Heat gathered beneath his collar. Book learning or personal experience, he did not wish to know. Did he? For he caught himself looking at the lace that covered her hands and thinking about how they might feel upon his—
Absolutely inappropriate. He needed to send her safely away. Home. And away from him.
A crank
hack rattled to a stop. Jack pulled open the door and held out a hand to assist her ascent. “Your address?”
Miss McCullough laughed. “That you might come calling tomorrow? Let’s not pretend, Mr. Tagert, that I’m not going to redirect this conveyance directly to Covent Garden.” She patted the seat beside her. “You might as well join me, dearest.”
He gave her a quelling look, but climbed inside to sit across from her. “I’ll see you home.”
She sighed. “It won’t work, this attempt to shepherd me about.” She gave him a pitying look. “I know the address, and I will attempt to speak with the victim. If not tonight, tomorrow, or the next day. You’d have to stay glued to my side to stop me. As we’re not actually married, I’m not certain how you could accomplish such a feat.”

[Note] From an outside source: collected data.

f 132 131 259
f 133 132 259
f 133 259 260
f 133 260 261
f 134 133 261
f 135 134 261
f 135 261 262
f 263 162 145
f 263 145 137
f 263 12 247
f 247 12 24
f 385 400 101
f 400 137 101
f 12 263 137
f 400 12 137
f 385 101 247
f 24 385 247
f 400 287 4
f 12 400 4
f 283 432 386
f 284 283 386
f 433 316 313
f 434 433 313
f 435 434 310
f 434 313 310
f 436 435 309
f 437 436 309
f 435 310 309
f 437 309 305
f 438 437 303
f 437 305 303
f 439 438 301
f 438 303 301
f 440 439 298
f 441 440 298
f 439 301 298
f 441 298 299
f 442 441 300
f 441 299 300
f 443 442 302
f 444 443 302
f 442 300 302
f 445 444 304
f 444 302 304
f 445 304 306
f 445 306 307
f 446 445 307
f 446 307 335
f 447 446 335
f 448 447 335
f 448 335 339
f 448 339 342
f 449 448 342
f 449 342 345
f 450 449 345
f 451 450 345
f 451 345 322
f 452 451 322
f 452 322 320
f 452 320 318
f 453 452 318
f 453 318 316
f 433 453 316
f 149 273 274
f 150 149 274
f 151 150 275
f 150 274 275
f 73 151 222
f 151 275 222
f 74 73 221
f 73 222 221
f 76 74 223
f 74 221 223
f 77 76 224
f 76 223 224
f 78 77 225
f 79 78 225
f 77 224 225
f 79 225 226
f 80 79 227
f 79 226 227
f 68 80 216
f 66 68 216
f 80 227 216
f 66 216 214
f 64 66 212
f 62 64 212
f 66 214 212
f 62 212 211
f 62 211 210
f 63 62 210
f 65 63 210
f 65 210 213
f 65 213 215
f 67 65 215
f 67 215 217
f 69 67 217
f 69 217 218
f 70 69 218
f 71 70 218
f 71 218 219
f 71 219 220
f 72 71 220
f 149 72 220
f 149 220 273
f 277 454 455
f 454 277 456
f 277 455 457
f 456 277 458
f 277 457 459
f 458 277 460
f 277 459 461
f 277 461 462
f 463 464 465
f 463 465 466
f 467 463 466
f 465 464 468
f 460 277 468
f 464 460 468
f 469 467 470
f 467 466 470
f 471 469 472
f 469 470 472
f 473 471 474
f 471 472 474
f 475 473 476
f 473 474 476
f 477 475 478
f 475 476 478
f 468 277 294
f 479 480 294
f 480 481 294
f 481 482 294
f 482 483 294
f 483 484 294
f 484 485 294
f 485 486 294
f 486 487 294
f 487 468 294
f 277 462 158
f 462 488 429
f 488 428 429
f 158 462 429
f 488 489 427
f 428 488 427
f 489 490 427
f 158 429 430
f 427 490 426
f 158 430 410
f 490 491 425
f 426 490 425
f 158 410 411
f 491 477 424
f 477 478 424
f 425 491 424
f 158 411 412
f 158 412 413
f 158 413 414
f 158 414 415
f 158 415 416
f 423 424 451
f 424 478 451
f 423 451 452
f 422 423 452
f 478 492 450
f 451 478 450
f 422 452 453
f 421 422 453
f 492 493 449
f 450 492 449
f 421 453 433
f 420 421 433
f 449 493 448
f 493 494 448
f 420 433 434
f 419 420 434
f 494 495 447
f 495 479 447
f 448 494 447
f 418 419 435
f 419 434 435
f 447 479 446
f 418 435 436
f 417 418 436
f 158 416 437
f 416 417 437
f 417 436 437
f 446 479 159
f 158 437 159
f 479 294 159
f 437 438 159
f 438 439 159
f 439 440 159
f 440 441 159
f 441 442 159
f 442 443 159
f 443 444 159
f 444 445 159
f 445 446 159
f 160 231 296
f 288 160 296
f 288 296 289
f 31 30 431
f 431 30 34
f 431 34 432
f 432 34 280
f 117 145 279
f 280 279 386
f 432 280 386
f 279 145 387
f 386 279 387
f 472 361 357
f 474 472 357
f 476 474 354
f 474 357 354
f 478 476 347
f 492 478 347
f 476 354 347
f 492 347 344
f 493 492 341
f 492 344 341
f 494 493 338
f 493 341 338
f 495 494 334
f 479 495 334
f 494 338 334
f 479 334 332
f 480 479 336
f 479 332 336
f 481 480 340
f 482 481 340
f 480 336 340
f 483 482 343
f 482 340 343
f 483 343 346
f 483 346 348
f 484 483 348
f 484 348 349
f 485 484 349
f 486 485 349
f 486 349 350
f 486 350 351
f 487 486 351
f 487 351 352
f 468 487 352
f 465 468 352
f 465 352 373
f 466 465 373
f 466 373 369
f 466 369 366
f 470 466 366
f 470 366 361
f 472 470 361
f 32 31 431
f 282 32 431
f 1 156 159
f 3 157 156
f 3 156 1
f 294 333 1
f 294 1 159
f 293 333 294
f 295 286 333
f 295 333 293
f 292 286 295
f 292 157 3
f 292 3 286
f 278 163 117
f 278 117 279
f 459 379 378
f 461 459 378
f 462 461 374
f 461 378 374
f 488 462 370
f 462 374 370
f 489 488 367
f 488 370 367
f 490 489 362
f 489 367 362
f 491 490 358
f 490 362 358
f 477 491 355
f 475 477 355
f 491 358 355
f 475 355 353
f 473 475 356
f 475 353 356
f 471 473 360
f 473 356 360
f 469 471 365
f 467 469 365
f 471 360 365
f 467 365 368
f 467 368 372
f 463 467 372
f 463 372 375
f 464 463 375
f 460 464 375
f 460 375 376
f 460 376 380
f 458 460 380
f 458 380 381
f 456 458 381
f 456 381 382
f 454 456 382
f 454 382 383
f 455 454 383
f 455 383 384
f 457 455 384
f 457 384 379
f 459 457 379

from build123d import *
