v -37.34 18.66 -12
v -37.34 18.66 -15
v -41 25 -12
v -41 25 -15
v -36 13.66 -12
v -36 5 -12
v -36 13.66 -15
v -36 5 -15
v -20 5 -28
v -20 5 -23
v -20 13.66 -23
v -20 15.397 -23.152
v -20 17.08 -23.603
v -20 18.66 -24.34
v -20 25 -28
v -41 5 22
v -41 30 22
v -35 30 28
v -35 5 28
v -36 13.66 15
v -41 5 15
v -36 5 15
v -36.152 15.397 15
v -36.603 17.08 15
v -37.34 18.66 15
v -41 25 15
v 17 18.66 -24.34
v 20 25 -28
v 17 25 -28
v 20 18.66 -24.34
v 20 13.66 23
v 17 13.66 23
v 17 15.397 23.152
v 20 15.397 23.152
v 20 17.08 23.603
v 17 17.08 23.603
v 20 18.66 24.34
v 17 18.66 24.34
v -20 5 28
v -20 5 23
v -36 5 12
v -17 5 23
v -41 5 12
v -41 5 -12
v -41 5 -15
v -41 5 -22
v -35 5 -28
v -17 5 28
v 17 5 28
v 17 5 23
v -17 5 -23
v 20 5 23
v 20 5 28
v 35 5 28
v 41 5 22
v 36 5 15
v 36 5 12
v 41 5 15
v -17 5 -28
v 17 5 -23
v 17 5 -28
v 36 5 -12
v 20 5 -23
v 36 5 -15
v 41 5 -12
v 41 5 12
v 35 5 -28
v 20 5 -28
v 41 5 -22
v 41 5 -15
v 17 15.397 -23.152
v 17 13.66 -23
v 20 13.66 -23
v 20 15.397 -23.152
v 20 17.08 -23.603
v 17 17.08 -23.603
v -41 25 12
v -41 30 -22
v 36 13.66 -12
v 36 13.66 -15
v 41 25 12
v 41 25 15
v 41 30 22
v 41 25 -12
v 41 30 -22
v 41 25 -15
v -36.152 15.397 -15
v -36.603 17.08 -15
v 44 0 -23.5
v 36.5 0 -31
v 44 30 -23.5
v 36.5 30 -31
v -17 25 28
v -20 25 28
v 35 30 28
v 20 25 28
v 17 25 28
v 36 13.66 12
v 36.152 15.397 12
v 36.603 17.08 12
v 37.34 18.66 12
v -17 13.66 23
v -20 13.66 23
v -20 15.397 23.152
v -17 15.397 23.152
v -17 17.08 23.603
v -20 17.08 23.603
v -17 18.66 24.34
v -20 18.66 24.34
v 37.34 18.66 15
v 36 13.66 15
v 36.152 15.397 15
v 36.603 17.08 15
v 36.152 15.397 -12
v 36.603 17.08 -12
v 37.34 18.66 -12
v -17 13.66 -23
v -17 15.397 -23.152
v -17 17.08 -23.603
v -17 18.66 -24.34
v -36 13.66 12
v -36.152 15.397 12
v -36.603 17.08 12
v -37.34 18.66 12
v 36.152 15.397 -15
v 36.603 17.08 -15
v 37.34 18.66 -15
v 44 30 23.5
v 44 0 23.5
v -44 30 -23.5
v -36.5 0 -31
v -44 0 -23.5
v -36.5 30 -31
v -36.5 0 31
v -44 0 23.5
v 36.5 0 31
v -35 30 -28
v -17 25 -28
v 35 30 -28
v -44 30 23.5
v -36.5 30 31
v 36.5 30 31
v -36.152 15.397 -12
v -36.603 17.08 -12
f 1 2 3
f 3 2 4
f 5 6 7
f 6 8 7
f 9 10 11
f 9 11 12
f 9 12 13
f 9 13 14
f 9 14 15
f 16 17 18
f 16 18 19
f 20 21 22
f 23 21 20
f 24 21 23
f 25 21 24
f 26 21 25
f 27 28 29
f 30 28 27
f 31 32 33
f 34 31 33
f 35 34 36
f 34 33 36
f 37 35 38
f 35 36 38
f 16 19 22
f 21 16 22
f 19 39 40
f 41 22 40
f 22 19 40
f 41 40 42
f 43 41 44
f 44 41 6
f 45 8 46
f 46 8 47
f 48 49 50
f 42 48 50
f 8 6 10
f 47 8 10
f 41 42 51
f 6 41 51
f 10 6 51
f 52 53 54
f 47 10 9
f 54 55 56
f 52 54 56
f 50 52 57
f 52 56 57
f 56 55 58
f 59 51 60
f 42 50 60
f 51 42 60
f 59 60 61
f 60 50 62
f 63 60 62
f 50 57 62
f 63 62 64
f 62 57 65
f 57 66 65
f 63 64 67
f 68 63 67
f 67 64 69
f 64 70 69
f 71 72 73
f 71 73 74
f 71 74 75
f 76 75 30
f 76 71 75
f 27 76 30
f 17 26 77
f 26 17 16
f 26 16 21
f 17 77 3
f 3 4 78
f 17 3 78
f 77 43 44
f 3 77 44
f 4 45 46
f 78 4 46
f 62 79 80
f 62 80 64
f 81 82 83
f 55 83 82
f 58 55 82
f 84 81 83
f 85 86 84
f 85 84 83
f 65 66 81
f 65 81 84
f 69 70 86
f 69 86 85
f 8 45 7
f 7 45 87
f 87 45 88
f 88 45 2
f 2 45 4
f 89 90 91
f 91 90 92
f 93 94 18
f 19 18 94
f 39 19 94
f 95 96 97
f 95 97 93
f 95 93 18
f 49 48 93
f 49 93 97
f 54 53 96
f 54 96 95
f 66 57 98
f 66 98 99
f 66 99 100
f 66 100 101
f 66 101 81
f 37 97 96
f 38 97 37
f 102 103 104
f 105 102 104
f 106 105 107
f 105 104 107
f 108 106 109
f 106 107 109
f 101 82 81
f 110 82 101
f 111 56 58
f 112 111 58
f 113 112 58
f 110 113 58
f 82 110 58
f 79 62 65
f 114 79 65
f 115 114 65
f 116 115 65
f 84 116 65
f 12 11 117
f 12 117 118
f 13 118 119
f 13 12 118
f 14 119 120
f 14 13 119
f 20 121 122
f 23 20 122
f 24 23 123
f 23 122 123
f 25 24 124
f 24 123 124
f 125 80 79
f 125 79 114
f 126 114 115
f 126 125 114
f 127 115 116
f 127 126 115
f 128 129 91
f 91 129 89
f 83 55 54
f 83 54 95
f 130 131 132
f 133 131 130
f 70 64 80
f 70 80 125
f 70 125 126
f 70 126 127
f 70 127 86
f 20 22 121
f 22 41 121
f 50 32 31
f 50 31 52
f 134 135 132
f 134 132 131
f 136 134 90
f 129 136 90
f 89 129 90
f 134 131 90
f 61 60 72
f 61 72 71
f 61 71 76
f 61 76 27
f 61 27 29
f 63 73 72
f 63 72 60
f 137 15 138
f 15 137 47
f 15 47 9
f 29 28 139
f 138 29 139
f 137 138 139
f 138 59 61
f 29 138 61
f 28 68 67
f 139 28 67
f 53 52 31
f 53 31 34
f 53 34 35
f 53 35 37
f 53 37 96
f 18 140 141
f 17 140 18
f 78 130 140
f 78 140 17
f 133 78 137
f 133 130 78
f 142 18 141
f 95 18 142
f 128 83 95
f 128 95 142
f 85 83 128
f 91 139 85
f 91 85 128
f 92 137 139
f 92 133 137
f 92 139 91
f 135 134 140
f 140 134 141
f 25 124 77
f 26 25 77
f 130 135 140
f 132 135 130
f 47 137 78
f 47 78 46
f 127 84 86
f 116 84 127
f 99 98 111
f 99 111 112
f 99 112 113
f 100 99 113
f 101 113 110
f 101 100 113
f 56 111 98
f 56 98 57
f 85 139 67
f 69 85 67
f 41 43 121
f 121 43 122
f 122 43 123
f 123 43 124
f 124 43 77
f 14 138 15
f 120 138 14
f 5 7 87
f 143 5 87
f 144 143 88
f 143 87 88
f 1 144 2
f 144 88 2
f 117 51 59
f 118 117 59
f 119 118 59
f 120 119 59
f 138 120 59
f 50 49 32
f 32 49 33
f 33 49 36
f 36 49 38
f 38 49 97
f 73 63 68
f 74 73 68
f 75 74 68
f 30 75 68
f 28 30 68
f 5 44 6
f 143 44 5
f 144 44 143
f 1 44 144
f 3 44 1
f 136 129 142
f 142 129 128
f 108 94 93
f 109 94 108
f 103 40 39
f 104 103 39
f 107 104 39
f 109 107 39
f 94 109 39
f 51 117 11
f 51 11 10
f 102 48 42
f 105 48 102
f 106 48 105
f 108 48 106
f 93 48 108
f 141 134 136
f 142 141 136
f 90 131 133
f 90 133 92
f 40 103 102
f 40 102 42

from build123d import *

# Parameters (mm, degrees)
SKETCH_3_W                 = 88
SKETCH_3_H                 = 62
EXTRUDE_2_DEPTH            = 30
SHELL_1_T                  = -3
SHELL_1_THICKNESS_2_FACE_W = 56
SHELL_1_THICKNESS_2_FACE_H = 82
SHELL_1_THICKNESS_2_DEPTH  = 2
EXTRUDE_3_DEPTH            = 15
FILLET_1_R                 = 10
CUT_EXTRUDE_1_DEPTH        = 12
EXTRUDE_4_DEPTH            = 20
FILLET_2_R                 = 10
CUT_EXTRUDE_2_DEPTH        = 17
CHAMFER_1_SIZE             = 6
CHAMFER_2_SIZE             = 7.5


with BuildPart() as part:
    # 草图3 → 凸台-拉伸2 (new body)
    with BuildSketch(Plane(origin=(0, 0, 0), x_dir=(1, 0, 0), z_dir=(0, 1, 0))):
        Rectangle(SKETCH_3_W, SKETCH_3_H)
    extrude(amount=EXTRUDE_2_DEPTH)

    # 抽壳1
    shell_1_openings = [part.faces().sort_by_distance(p)[0] for p in [
        (0, 30, 0),
    ]]
    offset(amount=SHELL_1_T, openings=shell_1_openings, kind=Kind.INTERSECTION)

    # 抽壳1 thickness 2 face (on inner face of the shell) → 抽壳1 thickness 2 (add)
    with BuildSketch(Plane(origin=(0, 3, 0), x_dir=(0, 0, -1), z_dir=(0, -1, 0))):
        Rectangle(SHELL_1_THICKNESS_2_FACE_W, SHELL_1_THICKNESS_2_FACE_H)
    extrude(amount=-SHELL_1_THICKNESS_2_DEPTH)

    # 草图5 → 凸台-拉伸3 (add, symmetric)
    with BuildSketch(Plane.XY):
        Polygon((-41, 25), (-41, 5), (-36, 5), (-36, 16.339745962), align=None)
        Polygon((36, 5), (41, 5), (41, 25), (36, 16.339745962), align=None)
    extrude(amount=EXTRUDE_3_DEPTH, both=True)

    # 圆角1
    fillet_1_edges = [part.edges().sort_by_distance(p)[0] for p in [
        (-36, 16.339745962, 0),
        (36, 16.339745962, 0),
    ]]
    fillet(fillet_1_edges, radius=FILLET_1_R)

    # 草图6 → 切除-拉伸1 (cut, symmetric)
    with BuildSketch(Plane.XY):
        Polygon((36, 5), (41, 5), (41, 25), (36, 16.339745962), align=None)
        Polygon((-41, 25), (-41, 5), (-36, 5), (-36, 16.339745962), align=None)
    extrude(amount=CUT_EXTRUDE_1_DEPTH, both=True, mode=Mode.SUBTRACT)

    # 草图7 → 凸台-拉伸4 (add, symmetric)
    with BuildSketch(Plane(origin=(0, 0, 0), x_dir=(0, 0, -1), z_dir=(1, 0, 0))):
        Polygon((-28, 25), (-23, 16.339745962), (-23, 5), (-28, 5), align=None)
        Polygon((23, 5), (28, 5), (28, 25), (23, 16.339745962), align=None)
    extrude(amount=EXTRUDE_4_DEPTH, both=True)

    # 圆角2
    fillet_2_edges = [part.edges().sort_by_distance(p)[0] for p in [
        (0, 16.339745962, 23),
        (0, 16.339745962, -23),
    ]]
    fillet(fillet_2_edges, radius=FILLET_2_R)

    # 草图8 → 切除-拉伸2 (cut, symmetric)
    with BuildSketch(Plane(origin=(0, 0, 0), x_dir=(0, 0, -1), z_dir=(1, 0, 0))):
        Polygon((23, 5), (28, 5), (28, 25), (23, 16.339745962), align=None)
        Polygon((-23, 16.339745962), (-28, 25), (-28, 5), (-23, 5), align=None)
    extrude(amount=CUT_EXTRUDE_2_DEPTH, both=True, mode=Mode.SUBTRACT)

    # 倒角1
    chamfer_1_edges = [part.edges().sort_by_distance(p)[0] for p in [
        (-41, 17.5, -28),
        (-41, 17.5, 28),
        (41, 17.5, 28),
        (41, 17.5, -28),
    ]]
    chamfer(chamfer_1_edges, length=CHAMFER_1_SIZE)

    # 倒角2
    chamfer_2_edges = [part.edges().sort_by_distance(p)[0] for p in [
        (-44, 15, -31),
        (44, 15, -31),
        (44, 15, 31),
        (-44, 15, 31),
    ]]
    chamfer(chamfer_2_edges, length=CHAMFER_2_SIZE)


solid = part.part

“I could summon your brother.” A comment made to study her reaction.
Amusement danced in her eyes. “But you won’t. Most agents would kill for a chance to work with my brother, but you don’t want him involved. Distaste is written all over your face.” She leaned forward. “What did he do to irritate you so?”
“Irrelevant.”
The fine arch of an uplifted eyebrow expressed doubt. “Hence your sullen response.”
She was right. But Jack wasn’t about to dip into the tangle of his emotions to detail how he’d begged Black not to allow Angela into the societal liaison program. Unfair, perhaps, to hold such a grudge when his sister had been adamant about serving the Queen. What was a few years married to Icelandic royalty, Angela had argued, when afterward she would be a young, wealthy widow of considerable status?
A valid defense.
Until the North Sea wedding disaster had marooned her on the Faroe Islands with a husband of questionable morals.